Section 6.            Payment of Deferred Compensation
- ----------            --------------------------------

                      6.1     General
                              -------

                              (a)     Subject to the provisions of paragraph (b)
                                      of this Section 6.1, the vested amount of
                                      the Participant's Deferred Compensation
                                      Account shall be paid to the Participant,
                                      within a reasonable time after the
                                      Participant's Date of Deferral, in a lump
                                      sum or in a number of approximately equal
                                      annual installments (not more than 12), as
                                      designated by the Participant on his
                                      Election Agreement. Each Participant's
                                      Deferred Compensation Account shall be
                                      paid in the form of the actual Common
                                      Shares credited


                                       28
<PAGE>   12

                                      to his account, with any fractional shares
                                      paid in a single lump sum payment in cash.

                              (b)     In the event a Participant ceases to be an
                                      Executive Employee or Director for reasons
                                      other than death, the Committee may, in
                                      its sole discretion, elect to accelerate
                                      the Participant's Date of Deferral to the
                                      date he ceases to be an Executive Employee
                                      or Director, regardless of when the
                                      Participant's Date of Deferral would
                                      otherwise occur. If the Committee
                                      accelerates a Participant's Date of
                                      Deferral, the vested amount in his
                                      Deferred Compensation Account shall be
                                      paid in a lump sum within a reasonable
                                      time after his accelerated Date of
                                      Deferral (but no later than such Date of
                                      Deferral) in a manner similar to the
                                      manner described in paragraph (a) of this
                                      Section 6.1.

                      6.2     Death
                              -----

                              (a)     In the event of the death of a
                                      Participant, the vested amount of the
                                      Participant's Deferred Compensation
                                      Account (determined in the manner
                                      described in paragraph (a) of Section 6.1)
                                      shall be paid in a lump sum to his
                                      Beneficiary within a reasonable time after
                                      the Participant's death, but no later than
                                      one (1) year after such date. If requested
                                      by the Beneficiary and consented to by the
                                      Committee, payments pursuant to this
                                      Section 6.2 may be made in cash.

                              (b)     Each Participant may name one or more
                                      Beneficiaries and may also name one or
                                      more contingent Beneficiaries by making a
                                      written designation in a form acceptable
                                      to the Committee. A Participant's
                                      Beneficiary designation may be changed at
                                      any time prior to his death by execution
                                      and delivery of a new Beneficiary
                                      designation form. The Beneficiary
                                      designation on file with the Company at
                                      the time of the Participant's death which
                                      bears the latest date shall govern.

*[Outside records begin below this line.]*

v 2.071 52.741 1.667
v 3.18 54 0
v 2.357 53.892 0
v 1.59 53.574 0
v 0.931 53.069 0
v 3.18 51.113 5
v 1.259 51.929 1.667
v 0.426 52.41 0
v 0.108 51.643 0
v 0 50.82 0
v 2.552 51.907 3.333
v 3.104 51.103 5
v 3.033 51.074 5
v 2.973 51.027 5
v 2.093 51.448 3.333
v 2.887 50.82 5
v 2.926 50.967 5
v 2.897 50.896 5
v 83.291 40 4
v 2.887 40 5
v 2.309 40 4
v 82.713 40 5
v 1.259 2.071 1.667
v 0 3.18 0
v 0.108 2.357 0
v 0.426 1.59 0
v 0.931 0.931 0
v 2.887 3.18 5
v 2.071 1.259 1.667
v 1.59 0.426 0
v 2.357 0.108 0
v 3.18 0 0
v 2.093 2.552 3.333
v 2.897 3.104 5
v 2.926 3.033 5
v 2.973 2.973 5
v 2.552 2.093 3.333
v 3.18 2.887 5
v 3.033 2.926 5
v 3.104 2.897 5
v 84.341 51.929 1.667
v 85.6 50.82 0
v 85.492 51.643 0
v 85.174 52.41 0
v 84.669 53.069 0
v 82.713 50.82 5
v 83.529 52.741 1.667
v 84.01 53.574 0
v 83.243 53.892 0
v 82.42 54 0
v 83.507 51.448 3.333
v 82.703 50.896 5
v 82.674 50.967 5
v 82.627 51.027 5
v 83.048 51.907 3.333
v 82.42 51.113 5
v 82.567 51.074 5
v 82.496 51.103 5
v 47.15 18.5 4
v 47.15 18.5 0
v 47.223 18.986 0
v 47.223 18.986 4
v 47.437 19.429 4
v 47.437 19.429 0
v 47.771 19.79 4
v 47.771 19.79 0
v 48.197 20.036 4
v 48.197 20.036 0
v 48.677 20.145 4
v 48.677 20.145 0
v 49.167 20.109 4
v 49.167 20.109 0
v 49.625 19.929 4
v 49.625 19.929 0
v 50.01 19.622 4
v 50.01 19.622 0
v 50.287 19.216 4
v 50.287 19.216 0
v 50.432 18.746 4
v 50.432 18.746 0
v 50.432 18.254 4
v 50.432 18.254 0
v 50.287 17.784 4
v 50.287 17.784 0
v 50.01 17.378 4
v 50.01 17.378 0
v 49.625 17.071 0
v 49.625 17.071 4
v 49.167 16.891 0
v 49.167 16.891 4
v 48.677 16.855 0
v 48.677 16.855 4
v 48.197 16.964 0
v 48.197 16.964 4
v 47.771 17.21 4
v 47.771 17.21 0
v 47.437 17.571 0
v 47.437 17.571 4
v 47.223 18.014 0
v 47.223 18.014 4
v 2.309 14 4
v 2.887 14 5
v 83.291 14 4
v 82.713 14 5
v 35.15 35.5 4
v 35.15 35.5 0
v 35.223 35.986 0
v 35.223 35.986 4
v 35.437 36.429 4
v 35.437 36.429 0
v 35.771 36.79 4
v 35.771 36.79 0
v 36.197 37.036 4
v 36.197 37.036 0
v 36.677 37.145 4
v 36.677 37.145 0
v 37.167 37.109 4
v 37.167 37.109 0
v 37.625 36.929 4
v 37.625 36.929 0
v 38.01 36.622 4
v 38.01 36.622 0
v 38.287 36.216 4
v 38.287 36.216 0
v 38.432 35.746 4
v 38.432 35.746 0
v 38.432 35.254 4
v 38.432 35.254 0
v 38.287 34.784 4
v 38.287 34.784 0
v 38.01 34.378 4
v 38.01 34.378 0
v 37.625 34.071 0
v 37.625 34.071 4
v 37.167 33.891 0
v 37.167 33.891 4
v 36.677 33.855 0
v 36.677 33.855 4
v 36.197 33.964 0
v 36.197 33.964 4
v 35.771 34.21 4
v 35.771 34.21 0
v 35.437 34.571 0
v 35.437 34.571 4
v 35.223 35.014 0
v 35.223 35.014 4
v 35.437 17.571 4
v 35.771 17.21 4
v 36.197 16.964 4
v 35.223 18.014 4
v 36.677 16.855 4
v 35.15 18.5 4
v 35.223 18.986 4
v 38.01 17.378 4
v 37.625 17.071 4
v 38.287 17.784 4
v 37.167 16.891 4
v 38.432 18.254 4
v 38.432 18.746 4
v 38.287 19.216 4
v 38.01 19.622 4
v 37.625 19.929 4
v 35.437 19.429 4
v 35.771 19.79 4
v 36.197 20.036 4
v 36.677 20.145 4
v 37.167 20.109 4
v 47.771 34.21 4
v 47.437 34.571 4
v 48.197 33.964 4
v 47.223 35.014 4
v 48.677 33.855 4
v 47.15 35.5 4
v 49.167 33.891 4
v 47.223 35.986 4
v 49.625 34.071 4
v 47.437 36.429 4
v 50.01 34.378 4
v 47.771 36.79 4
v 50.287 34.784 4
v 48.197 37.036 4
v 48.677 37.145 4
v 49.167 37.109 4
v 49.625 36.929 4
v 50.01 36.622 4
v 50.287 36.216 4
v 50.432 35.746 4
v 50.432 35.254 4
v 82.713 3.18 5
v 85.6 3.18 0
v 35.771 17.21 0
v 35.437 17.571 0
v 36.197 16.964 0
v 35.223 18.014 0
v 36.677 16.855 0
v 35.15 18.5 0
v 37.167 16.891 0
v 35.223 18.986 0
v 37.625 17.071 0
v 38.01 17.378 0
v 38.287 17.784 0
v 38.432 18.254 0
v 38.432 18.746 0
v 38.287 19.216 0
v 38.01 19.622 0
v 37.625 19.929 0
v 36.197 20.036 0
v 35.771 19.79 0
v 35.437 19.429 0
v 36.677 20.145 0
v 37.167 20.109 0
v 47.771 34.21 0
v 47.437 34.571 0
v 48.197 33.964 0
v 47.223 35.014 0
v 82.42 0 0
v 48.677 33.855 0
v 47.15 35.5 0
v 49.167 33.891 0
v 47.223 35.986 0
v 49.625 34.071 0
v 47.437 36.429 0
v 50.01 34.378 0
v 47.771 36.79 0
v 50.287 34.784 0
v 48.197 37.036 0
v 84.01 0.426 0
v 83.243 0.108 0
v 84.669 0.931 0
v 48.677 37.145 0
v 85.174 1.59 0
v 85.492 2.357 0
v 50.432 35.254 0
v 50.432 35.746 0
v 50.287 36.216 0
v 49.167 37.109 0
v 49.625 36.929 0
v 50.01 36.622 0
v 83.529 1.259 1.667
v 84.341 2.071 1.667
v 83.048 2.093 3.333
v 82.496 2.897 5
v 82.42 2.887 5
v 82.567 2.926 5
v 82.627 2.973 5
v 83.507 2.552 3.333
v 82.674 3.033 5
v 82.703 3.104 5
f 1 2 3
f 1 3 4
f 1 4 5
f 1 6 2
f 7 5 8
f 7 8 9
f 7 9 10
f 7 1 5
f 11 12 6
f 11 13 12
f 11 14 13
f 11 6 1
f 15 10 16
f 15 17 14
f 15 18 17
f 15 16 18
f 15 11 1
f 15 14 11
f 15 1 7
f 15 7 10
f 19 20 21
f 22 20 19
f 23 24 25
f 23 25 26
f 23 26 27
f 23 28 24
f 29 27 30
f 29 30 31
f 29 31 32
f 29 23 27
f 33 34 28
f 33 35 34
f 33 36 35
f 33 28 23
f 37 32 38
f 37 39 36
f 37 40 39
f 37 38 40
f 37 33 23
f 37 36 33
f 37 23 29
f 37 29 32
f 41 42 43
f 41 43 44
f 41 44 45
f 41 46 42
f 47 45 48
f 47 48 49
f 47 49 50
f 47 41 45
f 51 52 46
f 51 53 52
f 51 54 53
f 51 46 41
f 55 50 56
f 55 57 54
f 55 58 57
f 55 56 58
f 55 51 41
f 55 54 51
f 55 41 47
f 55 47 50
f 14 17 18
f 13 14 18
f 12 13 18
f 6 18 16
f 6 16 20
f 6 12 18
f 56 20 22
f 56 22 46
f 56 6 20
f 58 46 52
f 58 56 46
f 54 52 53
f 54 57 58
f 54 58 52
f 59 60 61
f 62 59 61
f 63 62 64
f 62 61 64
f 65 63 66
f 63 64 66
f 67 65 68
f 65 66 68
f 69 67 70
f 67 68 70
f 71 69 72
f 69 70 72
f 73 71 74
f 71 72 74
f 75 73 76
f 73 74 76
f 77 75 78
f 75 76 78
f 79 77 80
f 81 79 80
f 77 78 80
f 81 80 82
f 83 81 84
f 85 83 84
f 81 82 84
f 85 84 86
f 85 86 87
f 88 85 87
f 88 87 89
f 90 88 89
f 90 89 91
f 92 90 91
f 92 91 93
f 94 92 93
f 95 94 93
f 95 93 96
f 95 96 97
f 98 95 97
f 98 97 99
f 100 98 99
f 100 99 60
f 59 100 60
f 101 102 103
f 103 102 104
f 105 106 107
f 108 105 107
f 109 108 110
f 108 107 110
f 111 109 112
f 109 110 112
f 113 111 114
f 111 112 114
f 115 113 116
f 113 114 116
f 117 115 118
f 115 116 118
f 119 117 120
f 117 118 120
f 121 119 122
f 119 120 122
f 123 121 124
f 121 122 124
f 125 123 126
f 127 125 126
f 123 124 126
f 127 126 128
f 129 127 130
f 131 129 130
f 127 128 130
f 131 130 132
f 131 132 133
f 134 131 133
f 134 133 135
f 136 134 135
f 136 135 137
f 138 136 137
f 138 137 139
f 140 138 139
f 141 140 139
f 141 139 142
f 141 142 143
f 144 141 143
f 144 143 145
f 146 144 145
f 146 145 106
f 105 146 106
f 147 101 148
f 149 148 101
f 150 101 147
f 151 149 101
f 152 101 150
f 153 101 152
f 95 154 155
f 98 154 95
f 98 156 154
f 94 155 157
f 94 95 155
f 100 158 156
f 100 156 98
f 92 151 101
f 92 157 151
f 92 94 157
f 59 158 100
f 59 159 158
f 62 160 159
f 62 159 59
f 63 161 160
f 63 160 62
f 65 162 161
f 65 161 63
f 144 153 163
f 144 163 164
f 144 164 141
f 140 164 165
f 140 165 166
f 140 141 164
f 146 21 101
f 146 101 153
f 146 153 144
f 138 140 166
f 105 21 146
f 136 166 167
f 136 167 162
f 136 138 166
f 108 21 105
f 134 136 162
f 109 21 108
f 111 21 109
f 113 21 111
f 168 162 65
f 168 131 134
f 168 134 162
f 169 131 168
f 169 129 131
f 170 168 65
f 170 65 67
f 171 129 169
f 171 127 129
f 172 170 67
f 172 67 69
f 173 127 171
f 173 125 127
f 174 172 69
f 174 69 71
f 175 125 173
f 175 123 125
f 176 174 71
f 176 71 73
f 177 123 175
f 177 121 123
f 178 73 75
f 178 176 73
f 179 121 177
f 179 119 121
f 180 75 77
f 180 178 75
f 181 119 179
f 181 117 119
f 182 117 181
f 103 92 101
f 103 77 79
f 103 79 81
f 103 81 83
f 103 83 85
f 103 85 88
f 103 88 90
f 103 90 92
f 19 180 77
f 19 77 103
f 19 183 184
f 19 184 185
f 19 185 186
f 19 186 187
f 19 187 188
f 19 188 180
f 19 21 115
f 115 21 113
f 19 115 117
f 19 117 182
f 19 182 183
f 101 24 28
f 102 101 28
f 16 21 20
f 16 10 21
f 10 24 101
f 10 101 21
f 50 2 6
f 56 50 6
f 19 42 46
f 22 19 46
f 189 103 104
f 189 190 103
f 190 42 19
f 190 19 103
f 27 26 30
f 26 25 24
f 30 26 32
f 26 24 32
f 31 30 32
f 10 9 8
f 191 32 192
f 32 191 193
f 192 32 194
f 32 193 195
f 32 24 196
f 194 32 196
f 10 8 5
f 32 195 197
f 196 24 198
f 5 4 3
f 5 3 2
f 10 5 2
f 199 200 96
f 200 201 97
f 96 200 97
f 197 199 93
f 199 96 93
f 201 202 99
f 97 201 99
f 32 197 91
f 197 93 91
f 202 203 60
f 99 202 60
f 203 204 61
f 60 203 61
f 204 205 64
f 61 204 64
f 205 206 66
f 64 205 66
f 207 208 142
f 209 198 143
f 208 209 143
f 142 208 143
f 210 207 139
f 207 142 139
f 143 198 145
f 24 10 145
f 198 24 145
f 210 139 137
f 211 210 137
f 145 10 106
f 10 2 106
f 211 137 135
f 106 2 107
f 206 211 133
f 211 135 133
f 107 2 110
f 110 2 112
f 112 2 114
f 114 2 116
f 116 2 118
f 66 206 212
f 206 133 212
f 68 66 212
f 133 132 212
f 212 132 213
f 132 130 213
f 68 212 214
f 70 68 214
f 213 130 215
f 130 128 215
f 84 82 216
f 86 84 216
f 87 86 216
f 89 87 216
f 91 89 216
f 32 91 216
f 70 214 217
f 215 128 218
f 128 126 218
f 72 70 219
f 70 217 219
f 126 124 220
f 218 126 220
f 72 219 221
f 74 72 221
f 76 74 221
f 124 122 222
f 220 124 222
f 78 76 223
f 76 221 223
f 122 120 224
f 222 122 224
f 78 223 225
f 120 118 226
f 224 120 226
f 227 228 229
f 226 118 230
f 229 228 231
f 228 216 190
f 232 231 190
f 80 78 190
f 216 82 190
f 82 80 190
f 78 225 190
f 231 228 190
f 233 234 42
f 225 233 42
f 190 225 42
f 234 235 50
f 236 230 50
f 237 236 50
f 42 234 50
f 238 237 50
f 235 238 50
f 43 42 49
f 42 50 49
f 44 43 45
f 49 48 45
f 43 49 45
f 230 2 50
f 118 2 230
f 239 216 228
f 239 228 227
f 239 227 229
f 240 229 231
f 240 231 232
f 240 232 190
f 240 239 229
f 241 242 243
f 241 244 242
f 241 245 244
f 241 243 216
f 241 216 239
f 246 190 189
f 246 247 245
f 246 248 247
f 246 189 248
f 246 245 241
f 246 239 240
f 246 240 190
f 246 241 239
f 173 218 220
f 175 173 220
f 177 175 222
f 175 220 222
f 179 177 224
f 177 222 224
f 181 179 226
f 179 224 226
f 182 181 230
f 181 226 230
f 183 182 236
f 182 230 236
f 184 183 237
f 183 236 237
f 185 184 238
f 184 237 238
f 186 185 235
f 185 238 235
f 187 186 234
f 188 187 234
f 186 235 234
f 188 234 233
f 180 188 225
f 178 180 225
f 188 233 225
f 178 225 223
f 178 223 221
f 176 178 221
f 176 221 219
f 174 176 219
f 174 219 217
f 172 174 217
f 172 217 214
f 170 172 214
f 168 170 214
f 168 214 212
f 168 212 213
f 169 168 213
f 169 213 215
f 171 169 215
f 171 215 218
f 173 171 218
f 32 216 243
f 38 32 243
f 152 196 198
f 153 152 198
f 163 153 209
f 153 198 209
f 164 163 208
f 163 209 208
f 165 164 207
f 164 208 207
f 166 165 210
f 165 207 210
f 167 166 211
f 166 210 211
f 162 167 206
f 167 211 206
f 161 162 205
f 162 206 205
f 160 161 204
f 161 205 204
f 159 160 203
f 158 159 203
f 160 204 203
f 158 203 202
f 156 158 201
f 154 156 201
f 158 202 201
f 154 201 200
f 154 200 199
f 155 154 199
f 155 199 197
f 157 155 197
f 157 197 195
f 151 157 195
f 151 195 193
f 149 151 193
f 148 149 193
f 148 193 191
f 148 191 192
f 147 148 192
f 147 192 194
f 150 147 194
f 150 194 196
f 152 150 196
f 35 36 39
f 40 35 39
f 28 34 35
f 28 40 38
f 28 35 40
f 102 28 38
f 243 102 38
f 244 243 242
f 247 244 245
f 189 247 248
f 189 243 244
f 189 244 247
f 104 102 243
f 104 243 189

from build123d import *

# Parameters (mm, degrees)
EXTRUDE_1_DEPTH        = 5
CHAMFER_2_SIZE         = 5
CHAMFER_2_SIZE_2       = 2.886751346
SKETCH_5_W             = 92.306776668
SKETCH_5_H             = 26
CUT_EXTRUDE_2_DEPTH    = 1
SKETCH_6_W             = 1
SKETCH_6_H             = 26
CUT_EXTRUDE_3_DEPTH    = 5
HOLE_WIZARD_M4_3_D     = 3.3
HOLE_WIZARD_M4_3_DEPTH = 10.1
HOLE_WIZARD_M4_3_TIP   = 0.991420021


with BuildPart() as part:
    # 草图1 → 凸台-拉伸1 (new body)
    with BuildSketch(Plane.XY):
        with BuildLine():
            Line((3.18, 0), (82.42, 0))
            ThreePointArc((82.42, 0), (84.668599564, 0.931400436), (85.6, 3.18))
            Line((85.6, 3.18), (85.6, 50.82))
            ThreePointArc((85.6, 50.82), (84.668599564, 53.068599564), (82.42, 54))
            Line((82.42, 54), (3.18, 54))
            ThreePointArc((3.18, 54), (0.931400436, 53.068599564), (0, 50.82))
            Line((0, 50.82), (0, 3.18))
            ThreePointArc((0, 3.18), (0.931400436, 0.931400436), (3.18, 0))
        make_face()
    extrude(amount=EXTRUDE_1_DEPTH)

    # 倒角2
    # the kernel refuses this chamfer: 5, 2.886751346 mm, written as the material it takes off along each edge
    with BuildSketch(Plane(origin=(85.6, 3.18, 5), x_dir=(0.019326765612699606, 0, -0.9998132206222079), z_dir=(0, 1, 0)), Plane(origin=(0, 50.82, 5), x_dir=(-0.019326765612700733, 0, -0.9998132206222079), z_dir=(0, -1, 0))) as chamfer_2_piece_1:
        Polygon((CHAMFER_2_SIZE * 0.999813220622, CHAMFER_2_SIZE * 0.0193267656127), (-CHAMFER_2_SIZE_2 * 0.0193267656124, CHAMFER_2_SIZE_2 * 0.999813220604), (0, 0), align=None)
    extrude(amount=47.64, mode=Mode.SUBTRACT)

                              (c)     If no Beneficiary has been designated or
                                      if no Beneficiary survives the
                                      Participant, 



                                       29
<PAGE>   13


                                      the vested amount in the Deferred
                                      Compensation Account shall be paid in a
                                      lump sum to the Participant's estate.

                              (d)     If the Beneficiary dies after the death of
                                      the Participant, any vested amount
                                      otherwise payable to the Beneficiary shall
                                      be paid in a lump sum to the Beneficiary's
                                      estate.

                      6.3     Hardship
                              --------

                              Upon the application of a Participant who is an
                              Executive Employee in the event of financial
                              hardship resulting from a need to make
                              extraordinary or emergency expenditures, the
                              Committee may, in its sole discretion, cause the
                              distribution from the vested Deferred Compensation
                              Account to such Participant of an amount not
                              exceeding the requirements of such Participant for
                              such extraordinary or emergency expenditures. If
                              requested by the Participant and consented to by
                              the Committee, payments pursuant to this Section
                              6.3 may be made in cash. The Committee shall
                              require such proper proof of financial hardship
                              and such evidence of the requirements of a
                              Participant for extraordinary or emergency
                              expenditures as it may deem appropriate, and the
                              Committee's determination of financial hardship
                              and of the requirements of a Participant for
                              extraordinary or emergency expenditures shall be
                              conclusive. Notwithstanding any provisions
                              contained herein, the provisions of this Section
                              6.3 shall not be applicable to any Participant who
                              is a Director.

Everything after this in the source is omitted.